__WHAT THIS TASK INVOLVES__.
From the line below that contains "#60=VERTEX_POINT('',#59);" to the line that contains "#89=PLANE('',#62);", repeat every line exactly, both ends included, and nothing else.

__PROVIDED RECORDS__.
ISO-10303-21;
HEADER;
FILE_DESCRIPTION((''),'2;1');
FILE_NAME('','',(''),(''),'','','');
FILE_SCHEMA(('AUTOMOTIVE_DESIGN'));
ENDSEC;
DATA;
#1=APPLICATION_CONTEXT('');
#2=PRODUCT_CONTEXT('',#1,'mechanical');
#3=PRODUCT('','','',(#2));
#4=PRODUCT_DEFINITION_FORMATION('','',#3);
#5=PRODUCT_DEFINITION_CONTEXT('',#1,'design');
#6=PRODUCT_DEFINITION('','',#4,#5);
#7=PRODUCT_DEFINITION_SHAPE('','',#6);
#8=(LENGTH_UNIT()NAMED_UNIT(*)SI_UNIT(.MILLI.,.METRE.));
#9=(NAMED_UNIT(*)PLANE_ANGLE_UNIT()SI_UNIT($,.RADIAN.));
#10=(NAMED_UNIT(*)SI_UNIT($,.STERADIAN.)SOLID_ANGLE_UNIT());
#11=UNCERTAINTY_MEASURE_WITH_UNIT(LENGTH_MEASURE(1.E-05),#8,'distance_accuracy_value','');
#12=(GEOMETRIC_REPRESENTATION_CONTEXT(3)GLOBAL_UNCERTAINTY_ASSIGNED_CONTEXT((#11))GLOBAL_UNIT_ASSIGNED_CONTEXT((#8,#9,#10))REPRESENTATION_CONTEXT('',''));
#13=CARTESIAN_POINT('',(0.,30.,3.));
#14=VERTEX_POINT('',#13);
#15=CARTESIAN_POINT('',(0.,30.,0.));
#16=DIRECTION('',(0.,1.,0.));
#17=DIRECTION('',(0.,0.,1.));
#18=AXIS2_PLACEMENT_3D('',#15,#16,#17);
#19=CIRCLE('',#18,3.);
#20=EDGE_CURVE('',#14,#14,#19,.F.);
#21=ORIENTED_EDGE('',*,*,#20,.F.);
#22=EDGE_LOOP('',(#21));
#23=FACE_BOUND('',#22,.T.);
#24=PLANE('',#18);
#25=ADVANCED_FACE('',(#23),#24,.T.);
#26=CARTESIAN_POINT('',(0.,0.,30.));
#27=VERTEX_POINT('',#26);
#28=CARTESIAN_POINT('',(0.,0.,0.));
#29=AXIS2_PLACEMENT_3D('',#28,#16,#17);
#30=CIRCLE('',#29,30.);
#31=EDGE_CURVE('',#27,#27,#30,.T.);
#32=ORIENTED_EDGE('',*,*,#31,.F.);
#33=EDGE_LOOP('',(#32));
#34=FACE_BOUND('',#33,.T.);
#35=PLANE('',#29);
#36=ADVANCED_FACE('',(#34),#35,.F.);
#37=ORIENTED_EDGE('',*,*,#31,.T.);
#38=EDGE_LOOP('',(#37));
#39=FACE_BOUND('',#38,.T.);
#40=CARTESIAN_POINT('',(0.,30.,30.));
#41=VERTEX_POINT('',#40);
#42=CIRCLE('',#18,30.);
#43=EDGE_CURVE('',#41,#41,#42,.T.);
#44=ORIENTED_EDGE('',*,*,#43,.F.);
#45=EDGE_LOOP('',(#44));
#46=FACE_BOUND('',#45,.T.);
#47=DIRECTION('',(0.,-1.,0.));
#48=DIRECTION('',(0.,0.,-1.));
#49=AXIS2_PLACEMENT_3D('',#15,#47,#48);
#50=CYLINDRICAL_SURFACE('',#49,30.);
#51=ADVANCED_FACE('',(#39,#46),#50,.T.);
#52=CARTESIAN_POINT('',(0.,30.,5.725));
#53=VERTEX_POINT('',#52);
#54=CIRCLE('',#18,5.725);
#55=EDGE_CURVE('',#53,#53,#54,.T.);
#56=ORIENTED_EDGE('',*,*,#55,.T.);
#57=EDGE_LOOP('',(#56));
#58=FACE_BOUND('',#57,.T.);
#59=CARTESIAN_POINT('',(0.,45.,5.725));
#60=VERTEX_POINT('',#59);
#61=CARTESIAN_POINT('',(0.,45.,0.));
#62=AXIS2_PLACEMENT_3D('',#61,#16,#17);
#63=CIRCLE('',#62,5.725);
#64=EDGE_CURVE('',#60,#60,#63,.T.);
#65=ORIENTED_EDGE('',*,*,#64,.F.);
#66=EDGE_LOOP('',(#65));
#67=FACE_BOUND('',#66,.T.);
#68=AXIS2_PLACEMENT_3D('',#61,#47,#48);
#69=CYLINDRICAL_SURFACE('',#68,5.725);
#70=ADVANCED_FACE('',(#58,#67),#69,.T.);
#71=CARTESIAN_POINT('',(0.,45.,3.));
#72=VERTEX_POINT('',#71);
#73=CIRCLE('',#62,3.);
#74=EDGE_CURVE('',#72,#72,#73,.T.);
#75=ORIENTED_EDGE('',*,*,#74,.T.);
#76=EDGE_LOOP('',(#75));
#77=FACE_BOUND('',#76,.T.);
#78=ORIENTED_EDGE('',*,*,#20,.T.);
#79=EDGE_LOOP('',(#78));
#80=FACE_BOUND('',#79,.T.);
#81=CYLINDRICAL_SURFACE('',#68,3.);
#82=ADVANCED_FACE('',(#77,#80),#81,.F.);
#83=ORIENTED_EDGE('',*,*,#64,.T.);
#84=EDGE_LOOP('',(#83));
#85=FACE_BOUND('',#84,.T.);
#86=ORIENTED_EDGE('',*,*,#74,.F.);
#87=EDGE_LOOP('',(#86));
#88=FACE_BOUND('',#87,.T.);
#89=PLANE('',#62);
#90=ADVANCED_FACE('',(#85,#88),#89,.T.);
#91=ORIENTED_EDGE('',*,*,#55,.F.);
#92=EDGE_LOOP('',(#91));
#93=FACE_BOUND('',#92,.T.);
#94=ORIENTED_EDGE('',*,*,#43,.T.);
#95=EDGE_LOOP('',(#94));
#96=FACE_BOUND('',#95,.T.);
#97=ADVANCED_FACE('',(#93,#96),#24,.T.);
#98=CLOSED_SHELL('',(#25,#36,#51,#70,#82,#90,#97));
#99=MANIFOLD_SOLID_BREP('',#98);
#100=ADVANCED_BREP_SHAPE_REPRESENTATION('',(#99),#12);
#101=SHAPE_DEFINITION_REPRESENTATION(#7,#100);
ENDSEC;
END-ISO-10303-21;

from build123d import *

# Parameters (mm, degrees)
SKETCH_1_R      = 30
EXTRUDE_1_DEPTH = 30
SKETCH_2_R      = 5.725
SKETCH_2_R_2    = 3
EXTRUDE_2_DEPTH = 15


with BuildPart() as part:
    # 草图1 → 凸台-拉伸1 (new body)
    with BuildSketch(Plane(origin=(0, 0, 0), x_dir=(1, 0, 0), z_dir=(0, 1, 0))):
        Circle(SKETCH_1_R)
    extrude(amount=EXTRUDE_1_DEPTH)

    # 草图2 → 凸台-拉伸2 (add)
    with BuildSketch(Plane(origin=(0, 30, 0), x_dir=(1, 0, 0), z_dir=(0, 1, 0))):
        Circle(SKETCH_2_R)
        Circle(SKETCH_2_R_2, mode=Mode.SUBTRACT)
    extrude(amount=EXTRUDE_2_DEPTH)


solid = part.part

__ANSWER SPACE__.
#60=VERTEX_POINT('',#59);
#61=CARTESIAN_POINT('',(0.,45.,0.));
#62=AXIS2_PLACEMENT_3D('',#61,#16,#17);
#63=CIRCLE('',#62,5.725);
#64=EDGE_CURVE('',#60,#60,#63,.T.);
#65=ORIENTED_EDGE('',*,*,#64,.F.);
#66=EDGE_LOOP('',(#65));
#67=FACE_BOUND('',#66,.T.);
#68=AXIS2_PLACEMENT_3D('',#61,#47,#48);
#69=CYLINDRICAL_SURFACE('',#68,5.725);
#70=ADVANCED_FACE('',(#58,#67),#69,.T.);
#71=CARTESIAN_POINT('',(0.,45.,3.));
#72=VERTEX_POINT('',#71);
#73=CIRCLE('',#62,3.);
#74=EDGE_CURVE('',#72,#72,#73,.T.);
#75=ORIENTED_EDGE('',*,*,#74,.T.);
#76=EDGE_LOOP('',(#75));
#77=FACE_BOUND('',#76,.T.);
#78=ORIENTED_EDGE('',*,*,#20,.T.);
#79=EDGE_LOOP('',(#78));
#80=FACE_BOUND('',#79,.T.);
#81=CYLINDRICAL_SURFACE('',#68,3.);
#82=ADVANCED_FACE('',(#77,#80),#81,.F.);
#83=ORIENTED_EDGE('',*,*,#64,.T.);
#84=EDGE_LOOP('',(#83));
#85=FACE_BOUND('',#84,.T.);
#86=ORIENTED_EDGE('',*,*,#74,.F.);
#87=EDGE_LOOP('',(#86));
#88=FACE_BOUND('',#87,.T.);
#89=PLANE('',#62);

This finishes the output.